=== What is expected ===
From the records below, extract only the lines running from the line with "f 498 492 494" to the line with "f 503 447 446", both lines included, reproducing them exactly.

=== Records for processing ===
####

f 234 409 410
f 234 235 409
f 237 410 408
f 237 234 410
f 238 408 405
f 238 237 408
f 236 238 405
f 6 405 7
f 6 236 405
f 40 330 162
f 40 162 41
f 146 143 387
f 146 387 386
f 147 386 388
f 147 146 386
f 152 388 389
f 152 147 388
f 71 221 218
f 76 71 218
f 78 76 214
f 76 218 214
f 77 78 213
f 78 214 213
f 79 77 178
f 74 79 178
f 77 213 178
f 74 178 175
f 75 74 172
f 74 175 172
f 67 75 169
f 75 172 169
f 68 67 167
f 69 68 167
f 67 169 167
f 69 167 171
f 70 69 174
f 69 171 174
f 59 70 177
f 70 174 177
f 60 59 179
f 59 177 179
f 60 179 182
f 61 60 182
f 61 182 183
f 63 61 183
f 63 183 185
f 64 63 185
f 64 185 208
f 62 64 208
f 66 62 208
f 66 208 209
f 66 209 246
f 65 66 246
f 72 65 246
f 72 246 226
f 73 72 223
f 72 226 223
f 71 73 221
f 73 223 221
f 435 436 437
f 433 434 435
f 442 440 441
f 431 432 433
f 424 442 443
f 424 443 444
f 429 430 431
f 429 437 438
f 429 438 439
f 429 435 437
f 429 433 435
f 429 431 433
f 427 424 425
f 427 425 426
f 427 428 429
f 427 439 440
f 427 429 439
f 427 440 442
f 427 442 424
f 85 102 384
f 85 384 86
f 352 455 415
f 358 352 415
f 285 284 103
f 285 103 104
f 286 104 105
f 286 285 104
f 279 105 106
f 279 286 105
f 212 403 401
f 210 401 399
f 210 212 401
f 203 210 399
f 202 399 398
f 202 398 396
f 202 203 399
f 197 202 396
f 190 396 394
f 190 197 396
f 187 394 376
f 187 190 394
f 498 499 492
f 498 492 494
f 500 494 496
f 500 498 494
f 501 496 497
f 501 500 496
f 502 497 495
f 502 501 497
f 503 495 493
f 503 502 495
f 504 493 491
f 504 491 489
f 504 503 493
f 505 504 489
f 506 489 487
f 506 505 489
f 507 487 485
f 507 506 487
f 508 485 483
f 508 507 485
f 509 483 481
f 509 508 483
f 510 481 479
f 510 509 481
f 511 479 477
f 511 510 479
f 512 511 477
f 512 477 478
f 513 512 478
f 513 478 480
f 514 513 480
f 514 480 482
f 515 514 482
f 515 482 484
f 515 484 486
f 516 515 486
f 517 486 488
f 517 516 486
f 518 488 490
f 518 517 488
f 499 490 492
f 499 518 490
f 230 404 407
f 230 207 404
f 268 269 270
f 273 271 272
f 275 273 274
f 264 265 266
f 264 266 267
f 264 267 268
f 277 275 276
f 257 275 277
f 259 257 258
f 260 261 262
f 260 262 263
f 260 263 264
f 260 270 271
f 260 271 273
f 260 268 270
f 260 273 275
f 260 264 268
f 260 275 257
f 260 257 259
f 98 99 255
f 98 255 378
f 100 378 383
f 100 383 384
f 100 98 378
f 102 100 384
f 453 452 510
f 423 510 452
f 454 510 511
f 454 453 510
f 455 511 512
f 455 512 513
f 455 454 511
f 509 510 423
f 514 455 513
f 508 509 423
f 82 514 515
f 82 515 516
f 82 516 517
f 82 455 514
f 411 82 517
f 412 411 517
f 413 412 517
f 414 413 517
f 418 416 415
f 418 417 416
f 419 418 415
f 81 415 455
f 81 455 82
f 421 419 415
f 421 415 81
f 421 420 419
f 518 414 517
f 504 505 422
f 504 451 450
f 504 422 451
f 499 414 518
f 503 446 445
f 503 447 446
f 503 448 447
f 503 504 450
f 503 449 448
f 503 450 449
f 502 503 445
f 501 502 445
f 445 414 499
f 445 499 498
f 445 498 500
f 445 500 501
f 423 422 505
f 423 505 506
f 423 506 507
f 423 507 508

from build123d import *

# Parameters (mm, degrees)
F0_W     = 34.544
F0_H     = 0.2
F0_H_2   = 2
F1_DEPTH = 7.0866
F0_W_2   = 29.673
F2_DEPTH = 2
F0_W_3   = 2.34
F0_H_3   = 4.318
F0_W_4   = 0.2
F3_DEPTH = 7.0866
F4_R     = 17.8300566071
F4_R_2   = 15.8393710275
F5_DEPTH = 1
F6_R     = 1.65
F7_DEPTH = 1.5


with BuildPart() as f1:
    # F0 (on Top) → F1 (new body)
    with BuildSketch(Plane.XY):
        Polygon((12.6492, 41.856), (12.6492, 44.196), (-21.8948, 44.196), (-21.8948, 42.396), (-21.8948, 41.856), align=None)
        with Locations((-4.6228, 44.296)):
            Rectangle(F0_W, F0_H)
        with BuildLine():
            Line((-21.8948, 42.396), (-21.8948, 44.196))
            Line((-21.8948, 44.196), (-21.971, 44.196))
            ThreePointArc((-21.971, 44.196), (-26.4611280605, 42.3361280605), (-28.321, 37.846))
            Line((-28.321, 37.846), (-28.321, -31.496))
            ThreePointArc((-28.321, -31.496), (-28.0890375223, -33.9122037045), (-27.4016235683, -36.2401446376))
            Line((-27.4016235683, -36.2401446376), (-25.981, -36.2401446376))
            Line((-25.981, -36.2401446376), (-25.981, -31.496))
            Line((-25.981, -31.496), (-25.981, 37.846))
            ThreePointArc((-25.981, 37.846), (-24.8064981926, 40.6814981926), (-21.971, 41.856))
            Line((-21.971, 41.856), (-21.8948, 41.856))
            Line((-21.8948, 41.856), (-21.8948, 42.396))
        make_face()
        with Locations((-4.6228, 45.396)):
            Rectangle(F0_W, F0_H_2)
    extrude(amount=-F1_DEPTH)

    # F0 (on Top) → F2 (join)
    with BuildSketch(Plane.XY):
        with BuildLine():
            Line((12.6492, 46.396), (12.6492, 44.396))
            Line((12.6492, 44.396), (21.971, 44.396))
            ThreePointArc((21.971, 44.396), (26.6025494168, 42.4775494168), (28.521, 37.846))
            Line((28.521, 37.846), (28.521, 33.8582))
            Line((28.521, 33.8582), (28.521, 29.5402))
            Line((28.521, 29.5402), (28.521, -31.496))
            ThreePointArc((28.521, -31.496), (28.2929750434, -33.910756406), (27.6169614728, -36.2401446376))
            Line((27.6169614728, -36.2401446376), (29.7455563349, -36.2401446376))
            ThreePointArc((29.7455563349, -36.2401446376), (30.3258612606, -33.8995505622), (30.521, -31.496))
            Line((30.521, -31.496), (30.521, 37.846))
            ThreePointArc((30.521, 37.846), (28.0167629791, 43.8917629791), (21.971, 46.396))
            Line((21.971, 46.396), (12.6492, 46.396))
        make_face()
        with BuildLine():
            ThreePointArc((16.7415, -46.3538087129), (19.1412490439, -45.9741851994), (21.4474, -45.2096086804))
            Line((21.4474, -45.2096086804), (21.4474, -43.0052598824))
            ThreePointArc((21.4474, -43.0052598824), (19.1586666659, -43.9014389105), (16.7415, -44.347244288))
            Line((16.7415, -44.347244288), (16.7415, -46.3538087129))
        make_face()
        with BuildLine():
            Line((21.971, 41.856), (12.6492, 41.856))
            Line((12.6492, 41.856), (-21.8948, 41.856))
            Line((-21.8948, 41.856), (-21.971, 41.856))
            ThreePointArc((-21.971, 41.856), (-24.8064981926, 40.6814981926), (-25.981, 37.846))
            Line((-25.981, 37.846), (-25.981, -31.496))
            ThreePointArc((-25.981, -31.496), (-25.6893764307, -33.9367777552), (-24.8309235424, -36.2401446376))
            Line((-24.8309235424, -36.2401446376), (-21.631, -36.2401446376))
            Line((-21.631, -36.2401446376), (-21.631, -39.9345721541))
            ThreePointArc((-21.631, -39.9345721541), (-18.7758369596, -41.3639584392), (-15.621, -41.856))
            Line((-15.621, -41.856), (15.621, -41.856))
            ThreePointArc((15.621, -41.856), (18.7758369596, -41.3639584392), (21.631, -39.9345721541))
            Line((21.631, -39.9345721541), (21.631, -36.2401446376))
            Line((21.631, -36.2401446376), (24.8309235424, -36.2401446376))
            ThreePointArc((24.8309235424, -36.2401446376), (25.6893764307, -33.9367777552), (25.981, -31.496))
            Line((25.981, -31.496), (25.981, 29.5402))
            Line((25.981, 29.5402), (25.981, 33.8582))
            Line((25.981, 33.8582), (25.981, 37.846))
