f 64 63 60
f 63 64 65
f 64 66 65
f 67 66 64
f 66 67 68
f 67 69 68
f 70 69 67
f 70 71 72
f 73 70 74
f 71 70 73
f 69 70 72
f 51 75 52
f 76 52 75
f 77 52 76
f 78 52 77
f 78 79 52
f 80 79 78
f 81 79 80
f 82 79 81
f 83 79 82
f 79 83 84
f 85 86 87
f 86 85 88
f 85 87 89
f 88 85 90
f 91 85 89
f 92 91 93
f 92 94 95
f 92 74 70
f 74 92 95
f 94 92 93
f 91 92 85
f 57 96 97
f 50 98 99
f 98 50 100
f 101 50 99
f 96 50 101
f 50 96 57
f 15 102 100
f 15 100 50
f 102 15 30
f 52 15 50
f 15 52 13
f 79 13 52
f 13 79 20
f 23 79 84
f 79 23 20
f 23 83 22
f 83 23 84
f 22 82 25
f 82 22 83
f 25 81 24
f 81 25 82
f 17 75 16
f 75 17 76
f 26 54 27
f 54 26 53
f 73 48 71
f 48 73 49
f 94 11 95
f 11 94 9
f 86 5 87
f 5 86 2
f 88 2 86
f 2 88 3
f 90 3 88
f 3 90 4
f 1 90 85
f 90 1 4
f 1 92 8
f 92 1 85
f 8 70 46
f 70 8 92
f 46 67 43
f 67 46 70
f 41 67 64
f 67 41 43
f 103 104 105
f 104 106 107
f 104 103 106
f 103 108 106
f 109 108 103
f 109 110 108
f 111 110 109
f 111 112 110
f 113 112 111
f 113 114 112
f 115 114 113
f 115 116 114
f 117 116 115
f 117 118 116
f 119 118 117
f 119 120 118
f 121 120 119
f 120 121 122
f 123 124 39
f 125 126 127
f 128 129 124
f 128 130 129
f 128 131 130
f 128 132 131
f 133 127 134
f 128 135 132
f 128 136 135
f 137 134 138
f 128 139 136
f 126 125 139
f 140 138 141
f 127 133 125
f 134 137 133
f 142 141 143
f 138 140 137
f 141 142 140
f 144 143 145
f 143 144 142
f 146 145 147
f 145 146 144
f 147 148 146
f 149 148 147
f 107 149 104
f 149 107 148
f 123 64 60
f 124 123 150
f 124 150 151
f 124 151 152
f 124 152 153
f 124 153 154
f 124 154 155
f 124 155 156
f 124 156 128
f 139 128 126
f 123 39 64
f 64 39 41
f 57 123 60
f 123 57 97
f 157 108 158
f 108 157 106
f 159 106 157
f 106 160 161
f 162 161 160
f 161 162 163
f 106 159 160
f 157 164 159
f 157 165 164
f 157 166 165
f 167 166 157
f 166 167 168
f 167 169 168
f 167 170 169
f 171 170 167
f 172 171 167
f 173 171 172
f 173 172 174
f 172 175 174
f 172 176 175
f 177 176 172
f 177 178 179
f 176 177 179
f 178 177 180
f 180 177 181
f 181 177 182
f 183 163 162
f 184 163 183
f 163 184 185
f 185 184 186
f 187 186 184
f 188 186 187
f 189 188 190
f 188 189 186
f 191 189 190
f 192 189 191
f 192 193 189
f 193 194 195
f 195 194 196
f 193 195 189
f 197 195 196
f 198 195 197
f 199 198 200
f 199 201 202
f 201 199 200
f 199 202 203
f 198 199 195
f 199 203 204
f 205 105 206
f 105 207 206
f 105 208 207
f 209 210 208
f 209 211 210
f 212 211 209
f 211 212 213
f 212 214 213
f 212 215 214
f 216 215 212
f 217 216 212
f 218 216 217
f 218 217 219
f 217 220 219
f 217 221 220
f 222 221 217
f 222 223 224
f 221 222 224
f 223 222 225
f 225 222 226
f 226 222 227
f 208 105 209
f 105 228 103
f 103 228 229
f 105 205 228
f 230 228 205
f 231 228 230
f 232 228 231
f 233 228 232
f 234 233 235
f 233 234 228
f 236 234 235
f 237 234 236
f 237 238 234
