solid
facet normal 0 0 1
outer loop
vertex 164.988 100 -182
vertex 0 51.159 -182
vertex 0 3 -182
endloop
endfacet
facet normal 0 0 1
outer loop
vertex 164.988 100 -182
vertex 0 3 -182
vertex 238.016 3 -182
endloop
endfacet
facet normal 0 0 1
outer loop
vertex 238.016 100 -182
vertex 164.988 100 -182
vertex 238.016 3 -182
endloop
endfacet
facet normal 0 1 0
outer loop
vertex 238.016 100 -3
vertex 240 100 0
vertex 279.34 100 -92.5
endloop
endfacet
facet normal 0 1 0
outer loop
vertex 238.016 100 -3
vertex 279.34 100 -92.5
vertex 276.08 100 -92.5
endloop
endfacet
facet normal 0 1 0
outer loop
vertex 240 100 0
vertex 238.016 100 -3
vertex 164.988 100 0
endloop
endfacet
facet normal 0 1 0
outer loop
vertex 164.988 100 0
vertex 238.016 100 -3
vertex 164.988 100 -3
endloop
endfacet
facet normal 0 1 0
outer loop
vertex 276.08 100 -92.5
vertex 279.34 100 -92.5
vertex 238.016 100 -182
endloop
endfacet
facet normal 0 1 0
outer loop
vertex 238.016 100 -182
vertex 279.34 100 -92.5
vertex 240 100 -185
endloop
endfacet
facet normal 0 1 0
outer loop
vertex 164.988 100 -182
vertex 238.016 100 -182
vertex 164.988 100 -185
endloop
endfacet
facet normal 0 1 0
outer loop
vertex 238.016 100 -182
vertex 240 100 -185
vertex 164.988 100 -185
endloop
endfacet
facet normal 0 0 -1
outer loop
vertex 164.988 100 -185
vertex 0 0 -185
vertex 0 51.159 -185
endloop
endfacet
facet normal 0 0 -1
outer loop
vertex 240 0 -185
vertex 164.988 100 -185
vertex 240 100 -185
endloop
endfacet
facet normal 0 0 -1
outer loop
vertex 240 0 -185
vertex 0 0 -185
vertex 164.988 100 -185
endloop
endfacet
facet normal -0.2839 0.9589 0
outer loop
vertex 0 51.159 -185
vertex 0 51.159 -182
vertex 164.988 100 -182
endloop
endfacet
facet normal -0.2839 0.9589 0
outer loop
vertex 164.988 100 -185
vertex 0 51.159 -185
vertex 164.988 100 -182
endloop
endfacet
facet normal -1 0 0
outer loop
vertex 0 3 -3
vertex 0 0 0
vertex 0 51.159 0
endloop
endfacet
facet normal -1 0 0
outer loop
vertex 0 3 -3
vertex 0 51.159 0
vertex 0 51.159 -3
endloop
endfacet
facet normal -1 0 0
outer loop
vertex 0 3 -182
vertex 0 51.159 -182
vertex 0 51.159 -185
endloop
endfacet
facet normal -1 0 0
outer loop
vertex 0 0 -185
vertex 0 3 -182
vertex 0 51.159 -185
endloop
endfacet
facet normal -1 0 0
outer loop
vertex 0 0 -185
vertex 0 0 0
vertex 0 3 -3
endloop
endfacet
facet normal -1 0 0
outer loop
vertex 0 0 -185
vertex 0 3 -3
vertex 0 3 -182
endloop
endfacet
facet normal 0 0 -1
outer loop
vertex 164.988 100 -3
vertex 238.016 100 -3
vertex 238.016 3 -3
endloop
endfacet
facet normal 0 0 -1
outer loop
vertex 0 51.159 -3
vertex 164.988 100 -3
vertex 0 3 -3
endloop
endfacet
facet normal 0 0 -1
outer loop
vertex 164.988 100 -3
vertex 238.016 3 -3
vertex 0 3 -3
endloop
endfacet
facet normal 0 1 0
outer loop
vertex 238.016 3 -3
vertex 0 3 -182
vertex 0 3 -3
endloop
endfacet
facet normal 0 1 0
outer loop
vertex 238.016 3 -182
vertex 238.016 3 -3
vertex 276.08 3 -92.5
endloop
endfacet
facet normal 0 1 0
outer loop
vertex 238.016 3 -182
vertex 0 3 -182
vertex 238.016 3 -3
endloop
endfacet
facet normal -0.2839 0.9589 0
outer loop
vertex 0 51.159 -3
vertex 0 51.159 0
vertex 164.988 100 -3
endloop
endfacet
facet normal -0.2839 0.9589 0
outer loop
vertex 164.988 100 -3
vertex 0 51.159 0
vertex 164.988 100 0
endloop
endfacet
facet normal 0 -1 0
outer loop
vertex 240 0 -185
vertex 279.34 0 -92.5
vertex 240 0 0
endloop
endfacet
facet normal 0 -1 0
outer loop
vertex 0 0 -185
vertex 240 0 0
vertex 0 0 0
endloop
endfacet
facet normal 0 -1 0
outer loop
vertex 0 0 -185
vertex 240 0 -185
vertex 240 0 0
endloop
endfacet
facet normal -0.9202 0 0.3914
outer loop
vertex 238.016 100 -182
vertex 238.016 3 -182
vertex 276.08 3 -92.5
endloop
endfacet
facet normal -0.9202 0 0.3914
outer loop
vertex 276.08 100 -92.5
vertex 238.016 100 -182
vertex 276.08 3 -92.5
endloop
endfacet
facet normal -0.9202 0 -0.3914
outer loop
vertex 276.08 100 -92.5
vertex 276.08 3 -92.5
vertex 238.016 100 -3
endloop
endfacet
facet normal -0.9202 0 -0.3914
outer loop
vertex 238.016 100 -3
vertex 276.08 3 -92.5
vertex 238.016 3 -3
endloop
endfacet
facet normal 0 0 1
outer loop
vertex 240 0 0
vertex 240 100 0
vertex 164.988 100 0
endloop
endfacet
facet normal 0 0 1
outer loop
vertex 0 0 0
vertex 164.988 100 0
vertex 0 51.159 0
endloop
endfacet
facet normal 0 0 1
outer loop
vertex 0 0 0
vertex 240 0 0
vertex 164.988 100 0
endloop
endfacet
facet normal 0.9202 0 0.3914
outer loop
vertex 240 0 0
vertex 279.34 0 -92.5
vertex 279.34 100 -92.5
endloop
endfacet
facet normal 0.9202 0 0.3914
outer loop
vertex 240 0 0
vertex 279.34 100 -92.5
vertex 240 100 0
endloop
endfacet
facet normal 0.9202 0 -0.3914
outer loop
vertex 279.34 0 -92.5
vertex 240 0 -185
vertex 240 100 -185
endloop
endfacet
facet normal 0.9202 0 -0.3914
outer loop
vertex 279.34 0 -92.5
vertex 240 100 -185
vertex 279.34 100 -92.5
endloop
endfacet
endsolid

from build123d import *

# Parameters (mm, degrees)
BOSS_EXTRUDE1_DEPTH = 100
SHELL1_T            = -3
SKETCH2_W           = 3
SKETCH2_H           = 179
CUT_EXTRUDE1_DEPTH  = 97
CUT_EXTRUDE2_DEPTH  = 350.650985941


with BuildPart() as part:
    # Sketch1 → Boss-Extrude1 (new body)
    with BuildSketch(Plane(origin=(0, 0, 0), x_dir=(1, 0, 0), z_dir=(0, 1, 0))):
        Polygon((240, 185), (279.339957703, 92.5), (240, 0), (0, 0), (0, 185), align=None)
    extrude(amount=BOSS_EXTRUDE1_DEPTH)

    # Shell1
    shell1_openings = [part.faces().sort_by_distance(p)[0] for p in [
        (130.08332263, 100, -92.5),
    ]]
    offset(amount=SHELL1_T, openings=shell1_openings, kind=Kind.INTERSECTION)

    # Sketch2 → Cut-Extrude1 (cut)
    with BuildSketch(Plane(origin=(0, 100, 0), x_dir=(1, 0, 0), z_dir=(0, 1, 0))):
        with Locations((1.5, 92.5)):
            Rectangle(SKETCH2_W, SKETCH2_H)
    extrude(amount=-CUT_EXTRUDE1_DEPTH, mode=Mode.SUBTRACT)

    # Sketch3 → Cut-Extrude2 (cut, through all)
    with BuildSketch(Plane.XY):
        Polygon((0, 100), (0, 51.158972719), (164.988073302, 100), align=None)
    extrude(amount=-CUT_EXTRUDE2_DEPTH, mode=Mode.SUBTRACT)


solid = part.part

####

=== Written solution ===
f 498 492 494
f 500 494 496
f 500 498 494
f 501 496 497
f 501 500 496
f 502 497 495
f 502 501 497
f 503 495 493
f 503 502 495
f 504 493 491
f 504 491 489
f 504 503 493
f 505 504 489
f 506 489 487
f 506 505 489
f 507 487 485
f 507 506 487
f 508 485 483
f 508 507 485
f 509 483 481
f 509 508 483
f 510 481 479
f 510 509 481
f 511 479 477
f 511 510 479
f 512 511 477
f 512 477 478
f 513 512 478
f 513 478 480
f 514 513 480
f 514 480 482
f 515 514 482
f 515 482 484
f 515 484 486
f 516 515 486
f 517 486 488
f 517 516 486
f 518 488 490
f 518 517 488
f 499 490 492
f 499 518 490
f 230 404 407
f 230 207 404
f 268 269 270
f 273 271 272
f 275 273 274
f 264 265 266
f 264 266 267
f 264 267 268
f 277 275 276
f 257 275 277
f 259 257 258
f 260 261 262
f 260 262 263
f 260 263 264
f 260 270 271
f 260 271 273
f 260 268 270
f 260 273 275
f 260 264 268
f 260 275 257
f 260 257 259
f 98 99 255
f 98 255 378
f 100 378 383
f 100 383 384
f 100 98 378
f 102 100 384
f 453 452 510
f 423 510 452
f 454 510 511
f 454 453 510
f 455 511 512
f 455 512 513
f 455 454 511
f 509 510 423
f 514 455 513
f 508 509 423
f 82 514 515
f 82 515 516
f 82 516 517
f 82 455 514
f 411 82 517
f 412 411 517
f 413 412 517
f 414 413 517
f 418 416 415
f 418 417 416
f 419 418 415
f 81 415 455
f 81 455 82
f 421 419 415
f 421 415 81
f 421 420 419
f 518 414 517
f 504 505 422
f 504 451 450
f 504 422 451
f 499 414 518
f 503 446 445
f 503 447 446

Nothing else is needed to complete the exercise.